AIM OF THE TASK:
Once you find the line containing "f 49 138 143" in the data below, copy it and each following line exactly, up to and including the line containing "f 92 142 94", and nothing else.

[Stored data entries]
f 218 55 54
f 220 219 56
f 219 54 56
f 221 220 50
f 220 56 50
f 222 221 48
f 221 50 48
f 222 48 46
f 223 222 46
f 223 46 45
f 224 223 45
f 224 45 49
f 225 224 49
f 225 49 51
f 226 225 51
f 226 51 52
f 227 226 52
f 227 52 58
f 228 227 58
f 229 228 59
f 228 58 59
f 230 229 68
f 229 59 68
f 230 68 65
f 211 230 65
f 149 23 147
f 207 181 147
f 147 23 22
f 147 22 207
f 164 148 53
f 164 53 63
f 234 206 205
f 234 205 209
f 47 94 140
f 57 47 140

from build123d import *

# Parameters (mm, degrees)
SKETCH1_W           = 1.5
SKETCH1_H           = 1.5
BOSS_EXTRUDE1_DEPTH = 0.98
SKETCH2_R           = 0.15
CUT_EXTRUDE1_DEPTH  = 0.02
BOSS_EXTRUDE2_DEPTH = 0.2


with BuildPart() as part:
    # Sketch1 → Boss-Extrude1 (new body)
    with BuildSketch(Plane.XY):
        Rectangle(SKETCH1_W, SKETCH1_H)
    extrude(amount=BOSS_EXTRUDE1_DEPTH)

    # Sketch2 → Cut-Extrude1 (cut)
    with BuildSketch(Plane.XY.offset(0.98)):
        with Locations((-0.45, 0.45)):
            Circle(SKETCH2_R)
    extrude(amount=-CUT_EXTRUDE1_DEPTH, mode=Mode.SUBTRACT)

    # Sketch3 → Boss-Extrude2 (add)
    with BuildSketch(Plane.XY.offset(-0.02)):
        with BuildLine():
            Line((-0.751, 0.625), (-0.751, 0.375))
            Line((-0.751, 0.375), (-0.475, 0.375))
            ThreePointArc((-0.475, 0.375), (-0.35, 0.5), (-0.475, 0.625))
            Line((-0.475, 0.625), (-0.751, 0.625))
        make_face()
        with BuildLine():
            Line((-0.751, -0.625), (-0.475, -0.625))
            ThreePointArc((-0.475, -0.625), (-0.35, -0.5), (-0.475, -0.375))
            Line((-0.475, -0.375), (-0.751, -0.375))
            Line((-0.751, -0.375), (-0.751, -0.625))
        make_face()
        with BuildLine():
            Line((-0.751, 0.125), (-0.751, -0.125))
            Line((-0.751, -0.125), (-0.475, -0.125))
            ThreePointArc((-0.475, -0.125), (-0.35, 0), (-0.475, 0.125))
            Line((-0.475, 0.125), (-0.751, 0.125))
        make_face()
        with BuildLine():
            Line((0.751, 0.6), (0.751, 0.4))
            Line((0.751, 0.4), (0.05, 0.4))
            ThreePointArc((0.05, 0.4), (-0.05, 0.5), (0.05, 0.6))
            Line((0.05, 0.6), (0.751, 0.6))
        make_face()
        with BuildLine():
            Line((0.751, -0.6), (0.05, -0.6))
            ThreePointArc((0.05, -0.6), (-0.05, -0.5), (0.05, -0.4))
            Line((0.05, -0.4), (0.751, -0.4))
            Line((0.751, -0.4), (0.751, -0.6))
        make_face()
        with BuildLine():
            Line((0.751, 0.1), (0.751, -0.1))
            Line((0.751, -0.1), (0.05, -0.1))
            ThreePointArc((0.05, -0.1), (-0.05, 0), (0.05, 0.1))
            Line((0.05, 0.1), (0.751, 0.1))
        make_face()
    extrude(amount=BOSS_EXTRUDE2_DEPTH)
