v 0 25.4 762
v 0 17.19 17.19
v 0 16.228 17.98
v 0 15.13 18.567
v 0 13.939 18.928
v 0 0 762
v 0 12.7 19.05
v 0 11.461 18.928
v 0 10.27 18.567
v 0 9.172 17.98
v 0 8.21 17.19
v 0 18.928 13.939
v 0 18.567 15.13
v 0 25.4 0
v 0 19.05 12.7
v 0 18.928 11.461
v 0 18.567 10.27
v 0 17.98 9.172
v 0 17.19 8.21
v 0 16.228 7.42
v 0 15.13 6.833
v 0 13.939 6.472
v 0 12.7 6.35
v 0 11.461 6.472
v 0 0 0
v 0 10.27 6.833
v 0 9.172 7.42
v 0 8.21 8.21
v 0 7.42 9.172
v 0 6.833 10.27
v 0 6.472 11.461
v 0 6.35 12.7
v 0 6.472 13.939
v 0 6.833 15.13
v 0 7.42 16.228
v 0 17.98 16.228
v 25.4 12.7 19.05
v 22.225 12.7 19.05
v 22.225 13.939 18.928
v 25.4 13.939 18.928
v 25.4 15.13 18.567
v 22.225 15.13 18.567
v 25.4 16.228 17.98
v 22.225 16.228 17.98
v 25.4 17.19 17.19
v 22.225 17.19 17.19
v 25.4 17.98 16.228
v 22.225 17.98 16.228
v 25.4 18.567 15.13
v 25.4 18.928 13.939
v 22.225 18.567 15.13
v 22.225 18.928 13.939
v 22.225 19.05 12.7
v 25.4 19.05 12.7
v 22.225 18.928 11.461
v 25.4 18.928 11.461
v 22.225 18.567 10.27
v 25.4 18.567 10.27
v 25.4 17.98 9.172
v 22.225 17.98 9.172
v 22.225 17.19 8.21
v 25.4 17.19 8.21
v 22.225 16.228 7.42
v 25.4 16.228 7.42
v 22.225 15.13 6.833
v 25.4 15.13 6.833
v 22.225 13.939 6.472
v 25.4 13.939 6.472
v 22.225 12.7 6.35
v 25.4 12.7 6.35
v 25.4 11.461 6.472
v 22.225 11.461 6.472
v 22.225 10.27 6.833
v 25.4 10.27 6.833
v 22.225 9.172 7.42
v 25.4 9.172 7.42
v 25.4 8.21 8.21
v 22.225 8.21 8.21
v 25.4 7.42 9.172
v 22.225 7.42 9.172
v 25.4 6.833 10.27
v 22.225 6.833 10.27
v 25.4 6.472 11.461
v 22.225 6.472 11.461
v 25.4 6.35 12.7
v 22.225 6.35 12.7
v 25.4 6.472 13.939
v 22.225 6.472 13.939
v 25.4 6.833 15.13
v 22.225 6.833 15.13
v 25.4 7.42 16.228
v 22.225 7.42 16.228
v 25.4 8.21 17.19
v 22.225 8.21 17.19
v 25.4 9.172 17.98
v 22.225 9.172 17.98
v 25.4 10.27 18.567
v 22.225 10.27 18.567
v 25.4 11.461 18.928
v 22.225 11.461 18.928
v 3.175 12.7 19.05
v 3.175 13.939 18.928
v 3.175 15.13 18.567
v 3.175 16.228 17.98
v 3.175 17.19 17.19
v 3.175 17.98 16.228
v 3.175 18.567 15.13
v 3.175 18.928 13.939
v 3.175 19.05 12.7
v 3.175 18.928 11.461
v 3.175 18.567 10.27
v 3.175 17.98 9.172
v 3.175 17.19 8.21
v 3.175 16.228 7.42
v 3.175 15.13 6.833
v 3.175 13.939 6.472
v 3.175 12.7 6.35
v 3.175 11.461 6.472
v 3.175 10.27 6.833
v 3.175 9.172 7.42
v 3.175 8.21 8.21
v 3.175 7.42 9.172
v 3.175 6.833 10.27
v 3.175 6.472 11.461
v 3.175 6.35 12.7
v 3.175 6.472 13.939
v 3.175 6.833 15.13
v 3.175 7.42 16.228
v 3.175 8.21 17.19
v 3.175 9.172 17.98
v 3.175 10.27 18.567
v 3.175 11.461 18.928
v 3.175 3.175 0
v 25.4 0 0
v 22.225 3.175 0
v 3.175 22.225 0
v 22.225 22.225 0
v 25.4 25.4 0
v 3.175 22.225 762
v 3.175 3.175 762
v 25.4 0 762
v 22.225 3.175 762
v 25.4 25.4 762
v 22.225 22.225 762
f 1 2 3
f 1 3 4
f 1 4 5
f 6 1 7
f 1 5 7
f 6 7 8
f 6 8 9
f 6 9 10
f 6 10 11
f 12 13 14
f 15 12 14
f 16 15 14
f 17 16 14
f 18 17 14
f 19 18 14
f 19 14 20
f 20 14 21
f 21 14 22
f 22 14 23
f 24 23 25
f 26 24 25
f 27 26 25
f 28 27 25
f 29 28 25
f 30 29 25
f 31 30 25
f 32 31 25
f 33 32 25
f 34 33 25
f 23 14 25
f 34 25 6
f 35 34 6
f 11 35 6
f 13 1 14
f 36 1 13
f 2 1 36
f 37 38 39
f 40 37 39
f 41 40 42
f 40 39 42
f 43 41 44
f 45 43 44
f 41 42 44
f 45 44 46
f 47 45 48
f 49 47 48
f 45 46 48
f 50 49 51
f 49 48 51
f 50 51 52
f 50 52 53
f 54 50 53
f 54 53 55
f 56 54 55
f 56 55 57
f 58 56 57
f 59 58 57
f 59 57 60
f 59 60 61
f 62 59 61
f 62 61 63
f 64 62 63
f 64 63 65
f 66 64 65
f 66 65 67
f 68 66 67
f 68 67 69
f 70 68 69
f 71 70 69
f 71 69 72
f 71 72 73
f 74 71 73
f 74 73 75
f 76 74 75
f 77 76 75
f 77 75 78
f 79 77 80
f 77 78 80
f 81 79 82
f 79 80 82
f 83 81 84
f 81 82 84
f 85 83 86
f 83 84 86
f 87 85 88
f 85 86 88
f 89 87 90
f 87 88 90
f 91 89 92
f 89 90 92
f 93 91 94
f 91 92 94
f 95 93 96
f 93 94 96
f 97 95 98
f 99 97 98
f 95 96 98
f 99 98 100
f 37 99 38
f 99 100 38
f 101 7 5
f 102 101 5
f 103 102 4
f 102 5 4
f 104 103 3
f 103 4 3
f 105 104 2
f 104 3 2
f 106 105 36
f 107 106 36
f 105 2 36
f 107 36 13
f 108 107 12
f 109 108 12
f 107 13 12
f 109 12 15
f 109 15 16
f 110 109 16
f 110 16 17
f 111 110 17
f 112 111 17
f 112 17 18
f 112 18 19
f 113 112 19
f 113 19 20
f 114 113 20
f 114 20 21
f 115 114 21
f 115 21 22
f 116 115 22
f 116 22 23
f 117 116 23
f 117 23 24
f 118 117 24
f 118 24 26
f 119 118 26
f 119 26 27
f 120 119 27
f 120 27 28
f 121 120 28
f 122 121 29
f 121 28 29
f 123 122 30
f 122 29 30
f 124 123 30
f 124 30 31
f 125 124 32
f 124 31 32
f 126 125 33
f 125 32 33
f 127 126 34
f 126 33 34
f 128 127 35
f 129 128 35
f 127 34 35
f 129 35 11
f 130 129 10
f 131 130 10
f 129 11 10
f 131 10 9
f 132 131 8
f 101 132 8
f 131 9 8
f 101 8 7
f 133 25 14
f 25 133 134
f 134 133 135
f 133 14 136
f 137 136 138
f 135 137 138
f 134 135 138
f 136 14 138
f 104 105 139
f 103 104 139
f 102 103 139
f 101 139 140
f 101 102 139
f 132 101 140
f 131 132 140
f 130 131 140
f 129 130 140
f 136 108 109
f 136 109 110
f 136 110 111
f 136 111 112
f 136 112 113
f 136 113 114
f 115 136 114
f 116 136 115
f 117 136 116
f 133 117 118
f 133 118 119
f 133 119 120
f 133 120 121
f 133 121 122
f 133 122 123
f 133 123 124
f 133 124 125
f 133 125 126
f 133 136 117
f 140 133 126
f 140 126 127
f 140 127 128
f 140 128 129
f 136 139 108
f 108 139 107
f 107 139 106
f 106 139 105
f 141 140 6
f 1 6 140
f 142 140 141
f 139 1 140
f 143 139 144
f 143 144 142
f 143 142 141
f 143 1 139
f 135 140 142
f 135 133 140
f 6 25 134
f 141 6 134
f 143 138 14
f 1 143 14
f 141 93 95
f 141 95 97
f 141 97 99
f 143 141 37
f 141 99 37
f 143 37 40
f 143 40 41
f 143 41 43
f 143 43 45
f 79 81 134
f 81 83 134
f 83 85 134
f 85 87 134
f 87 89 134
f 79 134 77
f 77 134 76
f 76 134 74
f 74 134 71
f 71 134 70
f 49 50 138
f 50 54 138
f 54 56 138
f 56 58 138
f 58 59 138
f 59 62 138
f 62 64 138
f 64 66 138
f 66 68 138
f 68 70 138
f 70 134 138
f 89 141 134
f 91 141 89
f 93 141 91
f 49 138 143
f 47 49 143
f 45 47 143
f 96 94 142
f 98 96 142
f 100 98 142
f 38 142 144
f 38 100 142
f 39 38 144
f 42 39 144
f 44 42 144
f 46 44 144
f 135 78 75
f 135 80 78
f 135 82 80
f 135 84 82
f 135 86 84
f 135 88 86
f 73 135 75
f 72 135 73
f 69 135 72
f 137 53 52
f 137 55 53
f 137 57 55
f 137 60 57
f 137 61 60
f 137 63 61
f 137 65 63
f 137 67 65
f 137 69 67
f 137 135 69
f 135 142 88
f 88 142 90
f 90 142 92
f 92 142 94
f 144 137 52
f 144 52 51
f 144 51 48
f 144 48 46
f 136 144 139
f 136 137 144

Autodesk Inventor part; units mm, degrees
ref_plane "YZ Plane" through (0, 0, 0) normal (1, 0, 0) x (0, 1, 0)
ref_plane "XZ Plane" through (0, 0, 0) normal (0, 1, 0) x (-1, 0, 0)
ref_plane "XY Plane" through (0, 0, 0) normal (0, 0, 1) x (1, 0, 0)
sketch "Sketch1" plane through (0, 0, 0) normal (0, 0, 1) x (1, 0, 0)
  line L0 (0, 0) -> (25.4, 0)
  line L1 (25.4, 0) -> (25.4, 25.4)
  line L2 (25.4, 25.4) -> (0, 25.4)
  line L3 (0, 25.4) -> (0, 0)
  line L4 (3.175, 3.175) -> (22.225, 3.175)
  line L5 (22.225, 3.175) -> (22.225, 22.225)
  line L6 (22.225, 22.225) -> (3.175, 22.225)
  line L7 (3.175, 22.225) -> (3.175, 3.175)
  dimension "d0" = 25.4
  dimension "d1" = 25.4
  dimension "d2" = 3.175
extrude "Extrusion1" add sketch "Sketch1" along normal blind 762
sketch "Sketch2" plane through (0, 0, 0) normal (-1, 0, 0) x (0, 0, 1)
  circle A0 centre (12.7, 12.7) radius 6.35
  line L0 (0, 25.4) -> (0, 0) projected
  line L1 (0, 0) -> (762, 0) projected
  dimension "d5" = 12.7
  dimension "d6" = 12.7
  dimension "d7" = 12.7
extrude "Extrusion2" cut sketch "Sketch2" against normal blind 25.4
properties part number "support bar" material "Aluminum 6061"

EXERCISE RESPONSE:
f 49 138 143
f 47 49 143
f 45 47 143
f 96 94 142
f 98 96 142
f 100 98 142
f 38 142 144
f 38 100 142
f 39 38 144
f 42 39 144
f 44 42 144
f 46 44 144
f 135 78 75
f 135 80 78
f 135 82 80
f 135 84 82
f 135 86 84
f 135 88 86
f 73 135 75
f 72 135 73
f 69 135 72
f 137 53 52
f 137 55 53
f 137 57 55
f 137 60 57
f 137 61 60
f 137 63 61
f 137 65 63
f 137 67 65
f 137 69 67
f 137 135 69
f 135 142 88
f 88 142 90
f 90 142 92
f 92 142 94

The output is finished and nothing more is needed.